# If you were born in the 60s ...



## Render (Apr 18, 2010)

I'm 41. My husband is younger than me. 

I'm not officially a baby boomer, I guess I'm generation X. Regardless, with hippie parents who are baby boomers, I was raised in an extremely progressive, open minded household. 

My husband claims because I was born in 68, I am automatically close minded. This is because I don't want him looking at dating/marriage/escort sites online. 

I already talked to him about the 60s being one of the most open, progressive decades of US history, and that the youth of that generation essentially changed much of society with revolutionary ideas, including civil rights, equal rights, new views on war and sexual liberty, and a far more open culture than ever before. 

My husband has been obsessed lately with labeling people by their "generational" identification, every since we talked about what marriages were like in the 50s. I think maybe he is threatened by the fact that his wife, an older woman, is actually more open minded than him. 
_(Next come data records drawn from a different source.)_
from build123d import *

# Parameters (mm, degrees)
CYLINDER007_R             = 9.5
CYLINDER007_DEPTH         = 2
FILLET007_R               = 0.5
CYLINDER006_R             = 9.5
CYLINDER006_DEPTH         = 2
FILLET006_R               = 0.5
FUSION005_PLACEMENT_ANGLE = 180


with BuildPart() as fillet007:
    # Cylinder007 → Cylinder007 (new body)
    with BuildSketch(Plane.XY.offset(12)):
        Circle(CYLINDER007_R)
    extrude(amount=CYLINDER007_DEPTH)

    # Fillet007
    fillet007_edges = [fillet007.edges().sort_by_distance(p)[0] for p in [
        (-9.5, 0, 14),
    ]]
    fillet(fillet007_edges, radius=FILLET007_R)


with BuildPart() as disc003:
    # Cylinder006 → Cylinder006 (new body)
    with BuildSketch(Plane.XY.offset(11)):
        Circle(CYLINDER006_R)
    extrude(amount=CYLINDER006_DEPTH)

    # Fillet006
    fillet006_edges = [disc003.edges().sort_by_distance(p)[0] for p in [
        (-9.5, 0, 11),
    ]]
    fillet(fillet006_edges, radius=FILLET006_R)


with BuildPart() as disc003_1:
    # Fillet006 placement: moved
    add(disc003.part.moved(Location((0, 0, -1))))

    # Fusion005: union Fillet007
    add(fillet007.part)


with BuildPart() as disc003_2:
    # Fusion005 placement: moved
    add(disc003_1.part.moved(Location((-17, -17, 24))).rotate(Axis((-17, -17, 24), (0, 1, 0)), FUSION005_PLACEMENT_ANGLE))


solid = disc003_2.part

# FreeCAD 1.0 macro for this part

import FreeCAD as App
import Part
import Sketcher
from FreeCAD import Vector


def edges_at(feature, points):
    """Names of the edges that pass closest to the given points."""
    edges = feature.Shape.Edges
    near = lambda p: min(range(len(edges)), key=lambda i: edges[i].distToShape(Part.Vertex(*p))[0])
    return sorted({f"Edge{near(p) + 1}" for p in points})

doc = App.newDocument("Part")
params = doc.addObject("Spreadsheet::Sheet", "Params")
for row, (alias, value) in enumerate([
    ("sketch1_diameter", "19 mm"),
    ("pad1_length", "2 mm"),
    ("fillet_radius", "0.5 mm"),
    ("sketch2_diameter", "19 mm"),
    ("pad2_length", "2 mm"),
    ("fillet2_radius", "0.5 mm"),
], start=1):
    params.set(f"A{row}", alias)
    params.set(f"B{row}", "=" + value)
    params.setAlias(f"B{row}", alias)

body = doc.addObject("PartDesign::Body", "Body")

sketch1 = doc.addObject("Sketcher::SketchObject", "Sketch")
body.addObject(sketch1)
sketch1.AttachmentSupport = (doc.XY_Plane, [""])
sketch1.MapMode = "FlatFace"
sketch1.AttachmentOffset = App.Placement(Vector(0, 0, 12), App.Rotation())
sketch1.addGeometry(Part.Circle(Vector(0, 0, 0), Vector(0, 0, 1), 10), False)
sketch1.addConstraint(Sketcher.Constraint("Coincident", 0, 3, -1, 1))
sketch1.addConstraint(Sketcher.Constraint("Diameter", 0, 19.0))
sketch1.setExpression("Constraints[1]", "Params.sketch1_diameter")
pad1 = doc.addObject("PartDesign::Pad", "Pad")
body.addObject(pad1)
pad1.Profile = sketch1
pad1.setExpression("Length", "Params.pad1_length")
doc.recompute()

fillet = doc.addObject("PartDesign::Fillet", "Fillet")
body.addObject(fillet)
fillet.Base = (pad1, edges_at(pad1, [(-9.5, 0, 14)]))
fillet.setExpression("Radius", "Params.fillet_radius")
body2 = doc.addObject("PartDesign::Body", "Body001")

sketch2 = doc.addObject("Sketcher::SketchObject", "Sketch001")
body2.addObject(sketch2)
sketch2.AttachmentSupport = (doc.getObject("XY_Plane001"), [""])
sketch2.MapMode = "FlatFace"
sketch2.AttachmentOffset = App.Placement(Vector(0, 0, 11), App.Rotation())
sketch2.addGeometry(Part.Circle(Vector(0, 0, 0), Vector(0, 0, 1), 10), False)
sketch2.addConstraint(Sketcher.Constraint("Coincident", 0, 3, -1, 1))
sketch2.addConstraint(Sketcher.Constraint("Diameter", 0, 19.0))
sketch2.setExpression("Constraints[1]", "Params.sketch2_diameter")
pad2 = doc.addObject("PartDesign::Pad", "Pad001")
body2.addObject(pad2)
pad2.Profile = sketch2
pad2.setExpression("Length", "Params.pad2_length")
doc.recompute()

fillet2 = doc.addObject("PartDesign::Fillet", "Fillet001")
body2.addObject(fillet2)
fillet2.Base = (pad2, edges_at(pad2, [(-9.5, 0, 11)]))
fillet2.setExpression("Radius", "Params.fillet2_radius")
body3 = doc.addObject("PartDesign::Body", "Body002")
doc.recompute()

body2.Placement = App.Placement(Vector(0, 0, -1), App.Rotation(Vector(0, 0, 1), 0))
boolean = doc.addObject("PartDesign::Boolean", "Boolean")
body3.addObject(boolean)
boolean.Type = "Fuse"
boolean.addObjects([body2])
doc.recompute()

boolean2 = doc.addObject("PartDesign::Boolean", "Boolean001")
body3.addObject(boolean2)
boolean2.Type = "Fuse"
boolean2.addObjects([body])
body4 = doc.addObject("PartDesign::Body", "Body003")
doc.recompute()

body3.Placement = App.Placement(Vector(-17, -17, 24), App.Rotation(Vector(0, 1, 0), 180))
boolean3 = doc.addObject("PartDesign::Boolean", "Boolean002")
body4.addObject(boolean3)
boolean3.Type = "Fuse"
boolean3.addObjects([body3])

doc.recompute()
Or maybe he's changing his mind about being married to an older woman, although when he looks at these dating, marriage, and escort sites, he continues to look at women of my age and similar in appearance to me. 
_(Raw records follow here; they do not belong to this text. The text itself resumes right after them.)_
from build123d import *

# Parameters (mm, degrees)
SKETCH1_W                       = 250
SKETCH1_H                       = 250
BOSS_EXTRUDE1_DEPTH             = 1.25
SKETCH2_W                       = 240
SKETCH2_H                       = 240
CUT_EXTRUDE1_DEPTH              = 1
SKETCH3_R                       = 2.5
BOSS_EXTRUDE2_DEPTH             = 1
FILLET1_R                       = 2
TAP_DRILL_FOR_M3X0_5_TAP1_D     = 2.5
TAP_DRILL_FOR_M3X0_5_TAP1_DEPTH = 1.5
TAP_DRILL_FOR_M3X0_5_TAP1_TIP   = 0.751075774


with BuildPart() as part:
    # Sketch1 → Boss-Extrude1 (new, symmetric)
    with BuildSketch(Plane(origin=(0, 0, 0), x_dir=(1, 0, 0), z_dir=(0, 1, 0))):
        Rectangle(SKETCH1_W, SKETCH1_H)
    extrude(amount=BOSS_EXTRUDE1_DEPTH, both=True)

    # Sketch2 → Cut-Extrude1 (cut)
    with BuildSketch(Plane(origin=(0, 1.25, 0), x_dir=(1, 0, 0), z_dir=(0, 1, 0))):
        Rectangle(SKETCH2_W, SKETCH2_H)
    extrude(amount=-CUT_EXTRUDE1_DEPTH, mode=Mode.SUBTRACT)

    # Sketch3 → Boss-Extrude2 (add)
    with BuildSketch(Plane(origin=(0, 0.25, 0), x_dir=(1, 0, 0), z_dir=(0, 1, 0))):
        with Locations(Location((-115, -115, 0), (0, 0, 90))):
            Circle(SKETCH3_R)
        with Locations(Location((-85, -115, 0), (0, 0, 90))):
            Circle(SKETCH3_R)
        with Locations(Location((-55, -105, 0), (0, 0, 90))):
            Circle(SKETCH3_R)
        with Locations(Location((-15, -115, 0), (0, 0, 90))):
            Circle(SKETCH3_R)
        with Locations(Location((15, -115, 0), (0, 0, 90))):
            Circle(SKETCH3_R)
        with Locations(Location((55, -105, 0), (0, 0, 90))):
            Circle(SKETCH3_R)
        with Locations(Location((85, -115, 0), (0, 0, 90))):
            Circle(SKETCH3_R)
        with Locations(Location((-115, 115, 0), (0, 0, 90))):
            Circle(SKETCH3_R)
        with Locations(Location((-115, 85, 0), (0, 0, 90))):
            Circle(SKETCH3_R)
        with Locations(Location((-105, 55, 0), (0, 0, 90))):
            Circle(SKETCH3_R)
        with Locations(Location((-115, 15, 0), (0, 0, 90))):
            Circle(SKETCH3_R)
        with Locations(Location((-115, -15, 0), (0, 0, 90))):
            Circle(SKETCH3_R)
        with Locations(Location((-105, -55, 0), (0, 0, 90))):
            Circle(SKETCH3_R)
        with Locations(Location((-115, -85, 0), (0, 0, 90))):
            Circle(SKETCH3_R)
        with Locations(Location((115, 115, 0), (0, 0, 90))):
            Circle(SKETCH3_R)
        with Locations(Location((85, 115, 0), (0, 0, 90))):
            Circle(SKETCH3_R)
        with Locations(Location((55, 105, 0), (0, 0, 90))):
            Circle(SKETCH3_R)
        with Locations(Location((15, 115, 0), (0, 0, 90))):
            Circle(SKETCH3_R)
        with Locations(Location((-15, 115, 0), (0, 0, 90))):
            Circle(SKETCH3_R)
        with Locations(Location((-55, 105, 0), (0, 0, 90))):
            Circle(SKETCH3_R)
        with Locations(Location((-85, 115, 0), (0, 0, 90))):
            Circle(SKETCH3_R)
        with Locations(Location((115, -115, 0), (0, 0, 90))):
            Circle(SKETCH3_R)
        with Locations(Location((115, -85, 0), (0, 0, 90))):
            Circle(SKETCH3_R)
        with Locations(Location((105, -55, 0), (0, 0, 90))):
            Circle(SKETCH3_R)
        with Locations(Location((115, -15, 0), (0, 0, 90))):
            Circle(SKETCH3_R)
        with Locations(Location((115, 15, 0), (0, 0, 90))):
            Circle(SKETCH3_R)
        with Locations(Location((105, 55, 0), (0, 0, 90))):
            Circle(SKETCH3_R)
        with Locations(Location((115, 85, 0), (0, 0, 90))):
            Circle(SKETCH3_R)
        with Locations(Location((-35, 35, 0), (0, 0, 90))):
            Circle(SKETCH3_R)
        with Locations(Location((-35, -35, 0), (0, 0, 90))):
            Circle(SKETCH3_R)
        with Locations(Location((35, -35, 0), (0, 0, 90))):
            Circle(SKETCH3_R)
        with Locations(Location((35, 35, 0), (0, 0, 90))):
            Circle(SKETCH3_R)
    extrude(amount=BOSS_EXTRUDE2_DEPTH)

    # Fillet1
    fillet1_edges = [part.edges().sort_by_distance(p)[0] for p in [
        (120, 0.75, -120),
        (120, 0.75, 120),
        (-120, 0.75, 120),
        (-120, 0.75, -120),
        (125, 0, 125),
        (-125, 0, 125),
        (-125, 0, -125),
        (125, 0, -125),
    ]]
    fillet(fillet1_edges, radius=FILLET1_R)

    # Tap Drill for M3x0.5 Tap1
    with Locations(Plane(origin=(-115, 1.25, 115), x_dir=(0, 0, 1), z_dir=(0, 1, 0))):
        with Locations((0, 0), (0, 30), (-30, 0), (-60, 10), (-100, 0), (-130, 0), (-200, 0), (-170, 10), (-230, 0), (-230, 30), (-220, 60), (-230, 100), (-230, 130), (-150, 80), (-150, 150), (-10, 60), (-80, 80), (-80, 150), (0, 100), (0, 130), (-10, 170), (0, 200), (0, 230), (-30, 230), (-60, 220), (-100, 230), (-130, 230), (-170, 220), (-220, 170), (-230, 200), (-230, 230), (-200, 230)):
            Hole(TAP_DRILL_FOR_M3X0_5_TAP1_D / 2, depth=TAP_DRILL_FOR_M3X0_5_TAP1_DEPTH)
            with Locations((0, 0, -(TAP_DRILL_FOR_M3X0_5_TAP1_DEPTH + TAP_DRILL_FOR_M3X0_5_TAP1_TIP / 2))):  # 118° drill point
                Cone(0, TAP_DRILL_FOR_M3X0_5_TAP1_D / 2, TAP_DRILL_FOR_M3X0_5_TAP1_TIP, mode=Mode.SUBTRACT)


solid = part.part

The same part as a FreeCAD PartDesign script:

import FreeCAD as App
import Part
import Sketcher


def edges_at(feature, points):
    """Names of the edges that pass closest to the given points."""
    edges = feature.Shape.Edges
    near = lambda p: min(range(len(edges)), key=lambda i: edges[i].distToShape(Part.Vertex(*p))[0])
    return sorted({f"Edge{near(p) + 1}" for p in points})

doc = App.newDocument("Part")
body = doc.addObject("PartDesign::Body", "Body")

# Sketch on XZ plane
sketch1 = body.newObject("Sketcher::SketchObject", "Sketch")
sketch1.AttachmentSupport = (doc.getObject("XZ_Plane"), [""])
sketch1.MapMode = "FlatFace"
sketch1.addGeometry([
    Part.LineSegment(App.Vector(-125, -125, 0), App.Vector(-125, 125, 0)),
    Part.LineSegment(App.Vector(-125, 125, 0), App.Vector(125, 125, 0)),
    Part.LineSegment(App.Vector(125, 125, 0), App.Vector(125, -125, 0)),
    Part.LineSegment(App.Vector(125, -125, 0), App.Vector(-125, -125, 0)),
], False)
sketch1.addConstraint([
    Sketcher.Constraint("Coincident", 0, 2, 1, 1),
    Sketcher.Constraint("Coincident", 1, 2, 2, 1),
    Sketcher.Constraint("Coincident", 2, 2, 3, 1),
    Sketcher.Constraint("Coincident", 3, 2, 0, 1),
    Sketcher.Constraint("Vertical", 0),
    Sketcher.Constraint("Horizontal", 1),
    Sketcher.Constraint("Vertical", 2),
    Sketcher.Constraint("Horizontal", 3),
    Sketcher.Constraint("Symmetric", 0, 2, 2, 2, -1, 1),
    Sketcher.Constraint("Equal", 3, 0),
    Sketcher.Constraint("DistanceX", 1, 1, 1, 2, 250.0),
])
pad1 = body.newObject("PartDesign::Pad", "Pad")
pad1.Profile = sketch1
pad1.Length = 2.5
pad1.Midplane = True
I do think he has a fantasy that if he were married to a women who was 20 or 30, she would have no objection to his "window shopping" online. I told him that any women who respected herself would not want her husband doing this, particularly when she is sexually available to him and open to him looking at pornography already. 

Quite frankly, I have no idea what he is doing. He makes statements without supporting them with logic or reason, and throws labels about, like this new "21st century guy" kick he is on. 

As I said, pornography is okay, but not dating/marriage/escort sites. Those are all pretty much guaranteed avenues to eventual infidelity.

I'm ready to leave him if he doesn't open up, be honest, and commit to improving our sex life and communication, as well as stop spending time on these inappropriate sites.


----------



## nice777guy (Nov 23, 2009)

He's trying to use the generation thing as an excuse. This isn't about age, but about respect.


----------



## Freak On a Leash (Feb 19, 2010)

Your husband is laying a load of crap on you. You didn't say how old HE is. Are we talking a five year difference? 10 years?

I've met open minded 70 year olds who are a blast to be with and boring, close minded 30 year olds. In any case, the year you are born has no bearing on your state of mind. As it turns out I relate better to 20/30 somethings then I do to people my own age (mid-40s). I find most people my age are well, just boring to me. *shrug*. I often find myself wondering what happened to "my generation" somewhere in their 30s. Did they fall on their heads and forget how to have fun? :scratchhead: I don't even know what generation I belong to. Somewhere between Boomer and "X" I suppose. Does it really matter in the end?  

I'm not getting where your husband is coming from. Is he using this odd rationale of you being close minded as a result of your chronological age because you aren't approving of him checking out other women online? What I see is that he's looking for an excuse to "shop around" and is looking to somehow "guilt" you into giving him the OK to do so. How very clever of him! I gotta give him points for ingenuity. 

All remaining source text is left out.